9. Cuba Gooding, Jr. – Even more compelling than his “Show me the money!” role in Jerry Maguire was his role as a gay art promoter for his boyfriend, played by Greg Kinnear, in As Good as it Gets. He puts the prissy homosexual stereotypes to bed when he physically confronts the immortal Jack Nicholson and pulls him out of his apartment into the hall for a verbal smack down on the stupefied legend. I don’t know if Jack’s just a great actor or if he actually shit himself (the scene starts at about 1:30).

8. Phillip II of Macedon – A conquering king in his own right, Phillip II may be best remembered as the father of Alexander the Great, but he also took a chance on a young pupil of Plato to educate his son in the ways of the world. Many people attribute Alexander’s greatness to his hand-picked tutor, Aristotle.

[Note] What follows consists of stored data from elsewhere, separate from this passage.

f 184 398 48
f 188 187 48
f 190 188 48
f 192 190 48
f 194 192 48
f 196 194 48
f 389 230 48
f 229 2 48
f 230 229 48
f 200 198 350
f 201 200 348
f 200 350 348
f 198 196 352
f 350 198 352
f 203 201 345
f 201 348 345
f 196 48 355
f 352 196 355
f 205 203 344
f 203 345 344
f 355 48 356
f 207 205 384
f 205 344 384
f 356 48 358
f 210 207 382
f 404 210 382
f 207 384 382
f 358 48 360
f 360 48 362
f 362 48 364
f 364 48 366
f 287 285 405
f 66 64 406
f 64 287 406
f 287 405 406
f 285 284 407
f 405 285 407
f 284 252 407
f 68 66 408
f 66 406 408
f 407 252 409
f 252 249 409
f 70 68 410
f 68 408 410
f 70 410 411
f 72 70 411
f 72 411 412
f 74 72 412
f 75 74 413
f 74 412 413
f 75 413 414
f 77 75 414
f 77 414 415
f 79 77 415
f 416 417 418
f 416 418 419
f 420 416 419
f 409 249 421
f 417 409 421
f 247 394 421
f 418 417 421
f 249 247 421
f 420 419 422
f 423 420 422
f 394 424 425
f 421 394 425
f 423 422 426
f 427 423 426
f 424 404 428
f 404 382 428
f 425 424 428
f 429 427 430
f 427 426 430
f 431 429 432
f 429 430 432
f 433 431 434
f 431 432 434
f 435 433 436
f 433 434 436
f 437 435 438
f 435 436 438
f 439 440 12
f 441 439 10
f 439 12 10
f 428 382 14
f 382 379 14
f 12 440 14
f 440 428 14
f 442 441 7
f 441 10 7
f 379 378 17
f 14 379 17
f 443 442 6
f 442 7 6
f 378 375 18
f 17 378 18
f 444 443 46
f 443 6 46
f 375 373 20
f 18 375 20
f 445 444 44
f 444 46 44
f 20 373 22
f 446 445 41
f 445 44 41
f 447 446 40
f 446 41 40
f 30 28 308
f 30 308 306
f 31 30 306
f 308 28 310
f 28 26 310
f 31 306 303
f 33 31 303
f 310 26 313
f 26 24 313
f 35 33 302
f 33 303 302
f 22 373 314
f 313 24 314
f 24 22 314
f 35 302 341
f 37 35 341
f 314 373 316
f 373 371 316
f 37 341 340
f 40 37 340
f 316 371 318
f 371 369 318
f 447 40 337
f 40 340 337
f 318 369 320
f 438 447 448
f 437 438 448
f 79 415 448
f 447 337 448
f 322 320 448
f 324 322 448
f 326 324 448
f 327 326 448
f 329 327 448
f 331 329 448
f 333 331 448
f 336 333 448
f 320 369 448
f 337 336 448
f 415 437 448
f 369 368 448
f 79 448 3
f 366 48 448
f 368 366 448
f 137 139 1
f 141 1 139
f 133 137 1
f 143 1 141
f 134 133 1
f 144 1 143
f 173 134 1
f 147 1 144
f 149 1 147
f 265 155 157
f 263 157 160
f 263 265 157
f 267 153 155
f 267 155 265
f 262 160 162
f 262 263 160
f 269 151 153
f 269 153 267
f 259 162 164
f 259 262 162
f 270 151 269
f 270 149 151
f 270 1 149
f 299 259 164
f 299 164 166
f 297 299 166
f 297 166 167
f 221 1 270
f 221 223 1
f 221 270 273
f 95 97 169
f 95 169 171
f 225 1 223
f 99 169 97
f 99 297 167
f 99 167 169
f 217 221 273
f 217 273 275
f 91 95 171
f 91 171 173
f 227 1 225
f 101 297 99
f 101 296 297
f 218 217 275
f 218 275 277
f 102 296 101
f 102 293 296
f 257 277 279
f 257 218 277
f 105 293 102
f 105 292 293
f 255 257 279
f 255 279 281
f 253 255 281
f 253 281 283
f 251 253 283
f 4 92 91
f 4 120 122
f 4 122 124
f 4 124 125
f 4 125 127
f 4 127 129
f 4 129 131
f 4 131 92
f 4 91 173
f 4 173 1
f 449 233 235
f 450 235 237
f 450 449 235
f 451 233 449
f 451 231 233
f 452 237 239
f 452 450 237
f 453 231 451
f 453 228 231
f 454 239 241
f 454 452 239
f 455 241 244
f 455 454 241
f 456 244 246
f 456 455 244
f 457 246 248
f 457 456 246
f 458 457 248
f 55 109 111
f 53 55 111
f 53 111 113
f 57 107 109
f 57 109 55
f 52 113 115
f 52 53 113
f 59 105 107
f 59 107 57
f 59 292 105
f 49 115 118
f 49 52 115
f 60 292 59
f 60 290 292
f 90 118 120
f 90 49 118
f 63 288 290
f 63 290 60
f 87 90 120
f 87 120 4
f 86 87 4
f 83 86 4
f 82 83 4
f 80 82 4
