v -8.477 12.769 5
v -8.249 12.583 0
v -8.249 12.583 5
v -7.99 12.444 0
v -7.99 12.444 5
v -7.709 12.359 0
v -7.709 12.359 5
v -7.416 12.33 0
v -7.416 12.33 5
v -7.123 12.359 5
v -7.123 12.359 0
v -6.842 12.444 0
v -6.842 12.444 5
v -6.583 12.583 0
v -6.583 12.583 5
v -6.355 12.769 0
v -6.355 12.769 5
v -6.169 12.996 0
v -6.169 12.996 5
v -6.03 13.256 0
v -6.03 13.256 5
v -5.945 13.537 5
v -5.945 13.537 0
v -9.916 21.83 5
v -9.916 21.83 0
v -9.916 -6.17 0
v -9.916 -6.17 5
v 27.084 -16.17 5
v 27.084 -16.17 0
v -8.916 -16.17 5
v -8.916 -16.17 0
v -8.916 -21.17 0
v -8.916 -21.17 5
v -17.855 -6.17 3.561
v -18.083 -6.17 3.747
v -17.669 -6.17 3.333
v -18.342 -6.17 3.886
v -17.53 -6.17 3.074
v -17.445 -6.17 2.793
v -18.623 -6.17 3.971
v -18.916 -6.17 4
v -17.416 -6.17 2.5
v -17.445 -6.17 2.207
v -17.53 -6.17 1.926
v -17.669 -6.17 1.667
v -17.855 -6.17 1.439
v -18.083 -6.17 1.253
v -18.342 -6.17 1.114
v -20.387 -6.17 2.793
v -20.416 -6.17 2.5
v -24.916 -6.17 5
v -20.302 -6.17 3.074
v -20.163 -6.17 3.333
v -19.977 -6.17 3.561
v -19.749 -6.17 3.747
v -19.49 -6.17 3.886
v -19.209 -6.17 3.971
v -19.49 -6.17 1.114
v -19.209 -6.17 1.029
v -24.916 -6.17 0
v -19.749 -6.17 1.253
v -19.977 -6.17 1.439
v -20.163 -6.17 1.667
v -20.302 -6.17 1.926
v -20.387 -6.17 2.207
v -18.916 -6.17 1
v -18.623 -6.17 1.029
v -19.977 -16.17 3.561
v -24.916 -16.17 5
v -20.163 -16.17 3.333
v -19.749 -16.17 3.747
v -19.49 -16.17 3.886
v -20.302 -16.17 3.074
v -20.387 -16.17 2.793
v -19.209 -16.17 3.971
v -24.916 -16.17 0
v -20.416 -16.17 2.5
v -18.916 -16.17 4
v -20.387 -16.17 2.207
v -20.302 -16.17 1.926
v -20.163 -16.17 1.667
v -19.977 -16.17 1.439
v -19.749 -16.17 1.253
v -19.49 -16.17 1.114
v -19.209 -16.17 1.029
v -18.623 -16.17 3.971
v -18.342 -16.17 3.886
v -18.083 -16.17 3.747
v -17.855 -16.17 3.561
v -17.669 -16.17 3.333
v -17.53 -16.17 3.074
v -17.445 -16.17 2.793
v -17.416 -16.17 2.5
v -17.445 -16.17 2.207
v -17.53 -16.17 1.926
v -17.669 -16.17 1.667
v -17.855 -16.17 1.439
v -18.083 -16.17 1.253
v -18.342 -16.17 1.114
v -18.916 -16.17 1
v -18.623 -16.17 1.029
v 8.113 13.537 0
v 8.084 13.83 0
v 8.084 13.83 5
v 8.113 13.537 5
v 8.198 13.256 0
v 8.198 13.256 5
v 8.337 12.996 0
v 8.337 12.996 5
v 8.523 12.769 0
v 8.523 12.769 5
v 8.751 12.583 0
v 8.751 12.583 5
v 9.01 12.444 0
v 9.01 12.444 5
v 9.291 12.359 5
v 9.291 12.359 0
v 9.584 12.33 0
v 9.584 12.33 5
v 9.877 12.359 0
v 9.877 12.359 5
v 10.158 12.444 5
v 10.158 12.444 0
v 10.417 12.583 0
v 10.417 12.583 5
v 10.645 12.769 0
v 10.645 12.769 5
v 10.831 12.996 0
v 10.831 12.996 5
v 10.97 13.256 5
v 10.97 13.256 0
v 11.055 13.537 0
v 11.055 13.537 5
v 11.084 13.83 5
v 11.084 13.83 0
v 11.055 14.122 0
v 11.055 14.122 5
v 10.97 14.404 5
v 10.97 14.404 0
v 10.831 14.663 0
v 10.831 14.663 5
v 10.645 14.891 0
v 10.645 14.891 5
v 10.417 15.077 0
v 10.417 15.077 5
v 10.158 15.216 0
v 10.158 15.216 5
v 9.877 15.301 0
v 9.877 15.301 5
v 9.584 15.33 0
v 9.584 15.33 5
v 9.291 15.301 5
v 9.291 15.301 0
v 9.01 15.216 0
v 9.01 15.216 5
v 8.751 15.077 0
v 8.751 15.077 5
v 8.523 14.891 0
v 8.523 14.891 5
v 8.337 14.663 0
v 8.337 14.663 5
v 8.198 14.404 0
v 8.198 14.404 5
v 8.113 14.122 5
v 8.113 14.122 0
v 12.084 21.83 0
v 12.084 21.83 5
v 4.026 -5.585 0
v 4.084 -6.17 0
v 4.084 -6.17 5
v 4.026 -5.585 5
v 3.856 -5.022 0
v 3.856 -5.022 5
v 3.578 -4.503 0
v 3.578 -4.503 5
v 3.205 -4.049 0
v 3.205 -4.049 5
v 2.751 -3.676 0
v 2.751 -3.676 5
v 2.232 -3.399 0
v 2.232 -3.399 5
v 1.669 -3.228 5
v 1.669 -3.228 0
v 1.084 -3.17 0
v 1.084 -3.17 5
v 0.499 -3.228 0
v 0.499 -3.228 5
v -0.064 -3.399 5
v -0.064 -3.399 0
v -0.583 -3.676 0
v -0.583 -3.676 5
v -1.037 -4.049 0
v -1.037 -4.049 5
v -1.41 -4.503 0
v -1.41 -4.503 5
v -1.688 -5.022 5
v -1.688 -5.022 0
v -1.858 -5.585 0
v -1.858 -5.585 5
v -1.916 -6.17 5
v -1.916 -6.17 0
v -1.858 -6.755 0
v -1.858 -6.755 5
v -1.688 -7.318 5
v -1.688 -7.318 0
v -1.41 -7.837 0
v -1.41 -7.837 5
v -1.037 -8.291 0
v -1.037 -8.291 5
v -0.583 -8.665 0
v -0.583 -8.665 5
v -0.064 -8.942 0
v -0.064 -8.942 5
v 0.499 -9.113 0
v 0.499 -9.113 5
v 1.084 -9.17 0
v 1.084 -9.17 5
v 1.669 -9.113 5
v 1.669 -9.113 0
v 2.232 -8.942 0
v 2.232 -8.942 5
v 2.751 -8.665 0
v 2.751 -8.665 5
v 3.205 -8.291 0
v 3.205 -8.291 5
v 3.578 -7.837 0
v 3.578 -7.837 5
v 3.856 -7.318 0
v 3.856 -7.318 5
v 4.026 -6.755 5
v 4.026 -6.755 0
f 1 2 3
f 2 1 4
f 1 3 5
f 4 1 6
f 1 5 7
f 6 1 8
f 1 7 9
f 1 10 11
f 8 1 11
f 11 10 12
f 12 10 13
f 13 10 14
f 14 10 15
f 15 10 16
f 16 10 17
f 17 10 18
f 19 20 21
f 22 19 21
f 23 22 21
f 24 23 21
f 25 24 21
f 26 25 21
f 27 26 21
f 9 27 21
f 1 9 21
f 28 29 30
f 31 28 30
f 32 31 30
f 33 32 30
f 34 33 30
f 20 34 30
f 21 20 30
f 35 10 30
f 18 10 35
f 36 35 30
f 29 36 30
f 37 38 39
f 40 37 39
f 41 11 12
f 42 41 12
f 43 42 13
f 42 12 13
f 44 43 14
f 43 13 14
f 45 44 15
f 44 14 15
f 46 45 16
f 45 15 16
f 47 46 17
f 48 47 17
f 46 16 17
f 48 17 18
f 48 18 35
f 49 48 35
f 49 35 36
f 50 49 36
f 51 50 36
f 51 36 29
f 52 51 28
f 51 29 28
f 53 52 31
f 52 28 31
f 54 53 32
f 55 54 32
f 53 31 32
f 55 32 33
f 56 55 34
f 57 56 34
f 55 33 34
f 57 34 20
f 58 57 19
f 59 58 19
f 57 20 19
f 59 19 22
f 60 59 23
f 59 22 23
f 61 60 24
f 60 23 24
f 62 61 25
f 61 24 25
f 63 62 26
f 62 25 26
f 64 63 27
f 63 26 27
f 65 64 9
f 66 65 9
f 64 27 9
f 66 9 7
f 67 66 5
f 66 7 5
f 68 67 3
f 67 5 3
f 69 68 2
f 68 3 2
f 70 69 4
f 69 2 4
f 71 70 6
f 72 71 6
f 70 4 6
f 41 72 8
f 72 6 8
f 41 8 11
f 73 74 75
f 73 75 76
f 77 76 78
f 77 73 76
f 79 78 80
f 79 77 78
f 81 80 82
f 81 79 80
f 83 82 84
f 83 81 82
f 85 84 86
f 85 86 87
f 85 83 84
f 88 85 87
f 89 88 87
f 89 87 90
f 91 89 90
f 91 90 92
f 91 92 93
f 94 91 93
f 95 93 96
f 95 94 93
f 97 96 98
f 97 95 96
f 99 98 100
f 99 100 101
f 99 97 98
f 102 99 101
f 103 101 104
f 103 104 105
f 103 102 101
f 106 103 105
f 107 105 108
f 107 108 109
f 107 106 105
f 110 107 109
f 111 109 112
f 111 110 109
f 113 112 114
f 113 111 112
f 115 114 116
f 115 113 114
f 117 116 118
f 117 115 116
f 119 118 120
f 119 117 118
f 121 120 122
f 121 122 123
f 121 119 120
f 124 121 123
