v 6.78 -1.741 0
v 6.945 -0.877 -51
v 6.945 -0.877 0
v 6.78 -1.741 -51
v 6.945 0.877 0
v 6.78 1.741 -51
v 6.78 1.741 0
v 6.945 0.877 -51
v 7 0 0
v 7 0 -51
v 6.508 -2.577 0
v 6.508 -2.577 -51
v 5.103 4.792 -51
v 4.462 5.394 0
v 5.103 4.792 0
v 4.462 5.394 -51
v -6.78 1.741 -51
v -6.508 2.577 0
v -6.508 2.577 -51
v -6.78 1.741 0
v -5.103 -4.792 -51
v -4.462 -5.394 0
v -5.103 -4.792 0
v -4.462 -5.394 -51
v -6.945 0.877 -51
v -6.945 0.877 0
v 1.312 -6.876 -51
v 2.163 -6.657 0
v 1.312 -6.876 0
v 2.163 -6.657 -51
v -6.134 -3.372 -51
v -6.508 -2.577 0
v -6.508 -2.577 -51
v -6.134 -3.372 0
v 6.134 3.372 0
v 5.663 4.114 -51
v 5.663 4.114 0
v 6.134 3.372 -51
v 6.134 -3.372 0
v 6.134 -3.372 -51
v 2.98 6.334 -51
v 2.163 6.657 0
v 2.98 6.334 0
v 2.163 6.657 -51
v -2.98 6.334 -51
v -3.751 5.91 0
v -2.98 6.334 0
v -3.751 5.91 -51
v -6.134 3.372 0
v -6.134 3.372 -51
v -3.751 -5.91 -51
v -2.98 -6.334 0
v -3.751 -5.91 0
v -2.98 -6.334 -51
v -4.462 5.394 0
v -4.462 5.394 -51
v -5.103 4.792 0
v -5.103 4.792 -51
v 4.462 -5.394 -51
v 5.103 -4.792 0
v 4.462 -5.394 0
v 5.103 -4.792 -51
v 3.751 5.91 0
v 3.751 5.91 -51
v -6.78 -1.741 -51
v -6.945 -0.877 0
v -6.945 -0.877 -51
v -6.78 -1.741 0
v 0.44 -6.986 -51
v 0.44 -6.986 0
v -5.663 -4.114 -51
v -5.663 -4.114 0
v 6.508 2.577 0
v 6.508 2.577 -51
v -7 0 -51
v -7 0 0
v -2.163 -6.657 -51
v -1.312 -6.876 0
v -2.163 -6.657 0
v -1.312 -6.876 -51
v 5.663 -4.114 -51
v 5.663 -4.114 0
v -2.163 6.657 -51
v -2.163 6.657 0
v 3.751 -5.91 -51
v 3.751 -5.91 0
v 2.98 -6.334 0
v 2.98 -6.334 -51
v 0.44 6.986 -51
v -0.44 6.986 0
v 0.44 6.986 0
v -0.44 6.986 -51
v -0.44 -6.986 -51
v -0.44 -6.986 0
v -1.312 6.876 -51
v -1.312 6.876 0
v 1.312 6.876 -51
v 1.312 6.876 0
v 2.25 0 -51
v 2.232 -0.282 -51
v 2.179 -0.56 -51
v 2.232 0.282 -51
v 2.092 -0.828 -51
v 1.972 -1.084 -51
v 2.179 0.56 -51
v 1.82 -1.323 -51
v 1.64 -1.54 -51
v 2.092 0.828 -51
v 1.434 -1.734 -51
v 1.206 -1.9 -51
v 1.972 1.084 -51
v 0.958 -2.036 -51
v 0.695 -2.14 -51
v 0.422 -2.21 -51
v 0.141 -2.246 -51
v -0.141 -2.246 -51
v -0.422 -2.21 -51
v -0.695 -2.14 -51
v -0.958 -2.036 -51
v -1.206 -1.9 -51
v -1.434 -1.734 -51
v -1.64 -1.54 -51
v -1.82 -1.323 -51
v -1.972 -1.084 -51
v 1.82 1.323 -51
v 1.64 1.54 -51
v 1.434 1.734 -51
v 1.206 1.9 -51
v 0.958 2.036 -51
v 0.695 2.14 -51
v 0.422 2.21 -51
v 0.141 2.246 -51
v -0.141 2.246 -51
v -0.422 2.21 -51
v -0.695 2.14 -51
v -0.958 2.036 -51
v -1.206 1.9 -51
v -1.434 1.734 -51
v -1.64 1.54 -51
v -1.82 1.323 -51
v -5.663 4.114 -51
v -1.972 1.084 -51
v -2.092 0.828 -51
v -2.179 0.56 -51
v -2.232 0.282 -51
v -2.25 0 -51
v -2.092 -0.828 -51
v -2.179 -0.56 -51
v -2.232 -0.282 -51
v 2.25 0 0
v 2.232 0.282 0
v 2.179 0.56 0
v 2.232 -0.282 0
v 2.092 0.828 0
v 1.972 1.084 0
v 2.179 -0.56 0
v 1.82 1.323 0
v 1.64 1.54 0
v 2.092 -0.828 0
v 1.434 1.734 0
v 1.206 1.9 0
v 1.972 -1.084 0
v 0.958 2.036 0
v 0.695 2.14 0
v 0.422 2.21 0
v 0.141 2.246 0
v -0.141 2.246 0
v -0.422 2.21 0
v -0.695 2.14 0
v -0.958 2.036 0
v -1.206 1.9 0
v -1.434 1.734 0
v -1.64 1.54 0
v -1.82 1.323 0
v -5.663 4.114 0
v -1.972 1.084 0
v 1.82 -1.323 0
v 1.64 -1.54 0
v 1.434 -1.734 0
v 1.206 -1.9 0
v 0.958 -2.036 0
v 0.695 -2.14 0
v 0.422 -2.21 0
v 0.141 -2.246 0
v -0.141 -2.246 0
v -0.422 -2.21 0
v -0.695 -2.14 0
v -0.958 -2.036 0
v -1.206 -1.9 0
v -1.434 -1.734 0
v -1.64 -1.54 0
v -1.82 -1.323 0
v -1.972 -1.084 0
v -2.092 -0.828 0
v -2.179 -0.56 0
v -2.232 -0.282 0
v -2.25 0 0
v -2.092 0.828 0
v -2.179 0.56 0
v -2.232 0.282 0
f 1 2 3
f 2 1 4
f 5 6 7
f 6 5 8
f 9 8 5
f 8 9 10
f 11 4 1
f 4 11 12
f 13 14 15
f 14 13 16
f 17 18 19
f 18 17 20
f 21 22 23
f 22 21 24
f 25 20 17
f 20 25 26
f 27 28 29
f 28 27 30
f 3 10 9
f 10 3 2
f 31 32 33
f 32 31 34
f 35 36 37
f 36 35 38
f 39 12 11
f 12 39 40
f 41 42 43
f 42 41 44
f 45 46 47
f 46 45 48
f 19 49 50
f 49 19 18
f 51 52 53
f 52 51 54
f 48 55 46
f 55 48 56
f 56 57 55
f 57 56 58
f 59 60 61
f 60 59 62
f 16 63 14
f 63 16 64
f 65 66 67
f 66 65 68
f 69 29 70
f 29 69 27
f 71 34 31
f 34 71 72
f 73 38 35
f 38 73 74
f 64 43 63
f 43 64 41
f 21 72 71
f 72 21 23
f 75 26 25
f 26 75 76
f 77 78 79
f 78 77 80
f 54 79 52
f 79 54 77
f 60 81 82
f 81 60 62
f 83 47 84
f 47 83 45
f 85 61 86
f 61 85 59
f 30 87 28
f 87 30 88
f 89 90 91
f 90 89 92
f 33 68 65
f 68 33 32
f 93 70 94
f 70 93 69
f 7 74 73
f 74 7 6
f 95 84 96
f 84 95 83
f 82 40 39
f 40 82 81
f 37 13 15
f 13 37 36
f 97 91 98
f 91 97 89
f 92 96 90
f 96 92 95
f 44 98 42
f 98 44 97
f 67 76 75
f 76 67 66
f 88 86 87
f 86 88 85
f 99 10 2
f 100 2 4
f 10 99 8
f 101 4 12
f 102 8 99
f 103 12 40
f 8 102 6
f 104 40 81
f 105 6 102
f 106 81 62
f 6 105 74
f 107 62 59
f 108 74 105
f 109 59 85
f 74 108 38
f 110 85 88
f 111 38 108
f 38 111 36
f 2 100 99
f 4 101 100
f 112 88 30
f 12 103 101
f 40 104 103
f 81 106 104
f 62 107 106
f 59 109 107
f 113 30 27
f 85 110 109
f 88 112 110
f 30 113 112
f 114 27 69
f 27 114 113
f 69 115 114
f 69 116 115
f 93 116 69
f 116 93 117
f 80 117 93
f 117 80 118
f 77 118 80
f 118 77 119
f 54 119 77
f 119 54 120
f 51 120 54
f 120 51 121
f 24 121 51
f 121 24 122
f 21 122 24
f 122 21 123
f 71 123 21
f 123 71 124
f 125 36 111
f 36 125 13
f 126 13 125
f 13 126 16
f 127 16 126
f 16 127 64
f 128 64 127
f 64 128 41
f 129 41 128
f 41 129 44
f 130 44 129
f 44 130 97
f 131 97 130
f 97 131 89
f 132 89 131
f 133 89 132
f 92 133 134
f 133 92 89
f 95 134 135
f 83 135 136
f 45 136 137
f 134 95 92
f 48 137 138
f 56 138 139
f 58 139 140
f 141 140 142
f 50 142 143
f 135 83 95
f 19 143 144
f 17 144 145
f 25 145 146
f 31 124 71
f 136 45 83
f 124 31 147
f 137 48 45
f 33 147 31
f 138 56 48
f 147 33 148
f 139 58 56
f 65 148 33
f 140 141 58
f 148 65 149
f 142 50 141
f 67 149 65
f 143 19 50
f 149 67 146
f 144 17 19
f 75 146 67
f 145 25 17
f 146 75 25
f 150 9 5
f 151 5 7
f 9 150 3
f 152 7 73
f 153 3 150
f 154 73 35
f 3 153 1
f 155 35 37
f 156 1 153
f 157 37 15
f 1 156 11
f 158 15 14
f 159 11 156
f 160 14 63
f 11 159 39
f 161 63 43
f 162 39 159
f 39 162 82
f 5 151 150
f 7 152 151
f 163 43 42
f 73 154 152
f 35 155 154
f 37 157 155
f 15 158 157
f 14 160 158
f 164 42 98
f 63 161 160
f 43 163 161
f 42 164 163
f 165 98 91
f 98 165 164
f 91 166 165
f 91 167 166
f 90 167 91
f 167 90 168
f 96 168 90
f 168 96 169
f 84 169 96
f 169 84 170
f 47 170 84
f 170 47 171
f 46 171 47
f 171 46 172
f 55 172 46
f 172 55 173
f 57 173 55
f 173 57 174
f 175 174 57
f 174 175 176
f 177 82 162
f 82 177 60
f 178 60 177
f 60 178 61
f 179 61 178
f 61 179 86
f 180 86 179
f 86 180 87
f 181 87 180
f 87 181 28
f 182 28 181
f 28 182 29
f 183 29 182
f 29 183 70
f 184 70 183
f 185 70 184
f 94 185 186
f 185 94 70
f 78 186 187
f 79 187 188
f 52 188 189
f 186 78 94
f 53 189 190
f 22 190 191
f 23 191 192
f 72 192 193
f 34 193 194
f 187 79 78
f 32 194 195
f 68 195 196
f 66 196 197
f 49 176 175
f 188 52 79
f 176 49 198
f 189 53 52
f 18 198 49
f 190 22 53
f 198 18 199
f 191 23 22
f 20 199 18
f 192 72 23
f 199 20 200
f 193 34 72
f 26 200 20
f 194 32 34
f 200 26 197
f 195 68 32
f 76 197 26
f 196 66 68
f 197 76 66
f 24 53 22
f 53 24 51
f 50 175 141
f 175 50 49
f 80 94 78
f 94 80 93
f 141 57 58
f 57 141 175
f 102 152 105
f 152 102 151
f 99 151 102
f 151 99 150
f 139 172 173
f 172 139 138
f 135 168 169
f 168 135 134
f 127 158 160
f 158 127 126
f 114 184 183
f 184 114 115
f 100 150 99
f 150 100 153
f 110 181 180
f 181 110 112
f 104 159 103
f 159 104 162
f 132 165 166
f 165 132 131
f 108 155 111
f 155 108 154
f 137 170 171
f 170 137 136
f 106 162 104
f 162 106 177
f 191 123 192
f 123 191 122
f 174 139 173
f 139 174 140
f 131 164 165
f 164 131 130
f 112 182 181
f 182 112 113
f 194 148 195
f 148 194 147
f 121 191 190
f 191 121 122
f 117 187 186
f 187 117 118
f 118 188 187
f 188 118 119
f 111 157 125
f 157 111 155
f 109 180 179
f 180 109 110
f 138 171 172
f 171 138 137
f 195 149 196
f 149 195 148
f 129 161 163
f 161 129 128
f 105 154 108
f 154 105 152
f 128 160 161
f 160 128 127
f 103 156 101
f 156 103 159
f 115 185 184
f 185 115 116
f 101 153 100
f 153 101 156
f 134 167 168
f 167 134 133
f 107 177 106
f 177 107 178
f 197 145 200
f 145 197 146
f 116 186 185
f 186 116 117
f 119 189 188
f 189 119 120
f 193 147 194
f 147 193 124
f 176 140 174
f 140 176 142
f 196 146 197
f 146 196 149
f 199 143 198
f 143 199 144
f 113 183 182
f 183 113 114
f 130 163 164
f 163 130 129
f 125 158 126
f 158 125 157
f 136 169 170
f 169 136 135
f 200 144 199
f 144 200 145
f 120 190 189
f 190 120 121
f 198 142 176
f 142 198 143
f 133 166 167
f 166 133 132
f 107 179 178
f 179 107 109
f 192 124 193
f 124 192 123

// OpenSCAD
$fn = 50;


difference() {
	union() {
		translate(v = [0, 0, -51.0000000000]) {
			cylinder(h = 51, r = 7.0000000000);
		}
		cylinder(h = 0, r = 13.0000000000);
	}
	union() {
		#translate(v = [0, 0, -51]) {
			cylinder(h = 51, r = 2.2500000000);
		}
	}
}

7. Robert Downey, Jr. – I still haven’t seen either Iron Man, but I liked him in Tropic Thunder, and I can’t wait to see him as the Wizard in an upcoming Oz prequel produced by Disney.

6. World War II – WWI resulted in 38.8 million dead or missing, but only 19 years later, this mark would be smashed by its predecessor, claiming 49 million civilians alone, not to mention 24 million soldiers.

5. Al Gore, Jr. – Not only an enviro-alarmist, massage enthusiast, and former Vice President, Al Gore, Jr. helped create Current TV, my wife’s favorite channel (for a taste, see link below).

4. Carl’s Jr. – best known for sexist commercials, chili cheese fries, and burgers with way too much stuff on them.

3. Sammy Davis, Jr. – The Candy Man is either best remembered for being a Rat Packer, or for losing his left eye in a car accident and subsequently converting to Judaism. Asked if he was handicapped: “Handicap? Talk about handicap — I'm a one-eyed Negro Jew.” With wit like that, I’m sure he fit right in at temple.

2. Kurt Vonnegut, Jr. – Survivor of the fire bombing of Dresden, celebrated novelist, Indiana native, and avowed atheist, Kurt would have made #1 if I thought I could get away with it.

1. Martin Luther King, Jr. – This is what fathers hope for when they name their sons after themselves (my condolences to John Hinckley, Sr.).

Worst Junior award goes to:

Junior, the film – starring Arnold Schwarzegger as a man who gets pregnant, co-starring Danny DeVito and Emma Thompson.


  1. Technically not a junior, but a chip off the ol know who, GWB deserves at least a mention...if not top spot.

  2. Yeah, if it was top ten juniors I'd like to kick in the nuts. You can add Freddie Prinze, Jr. to that list.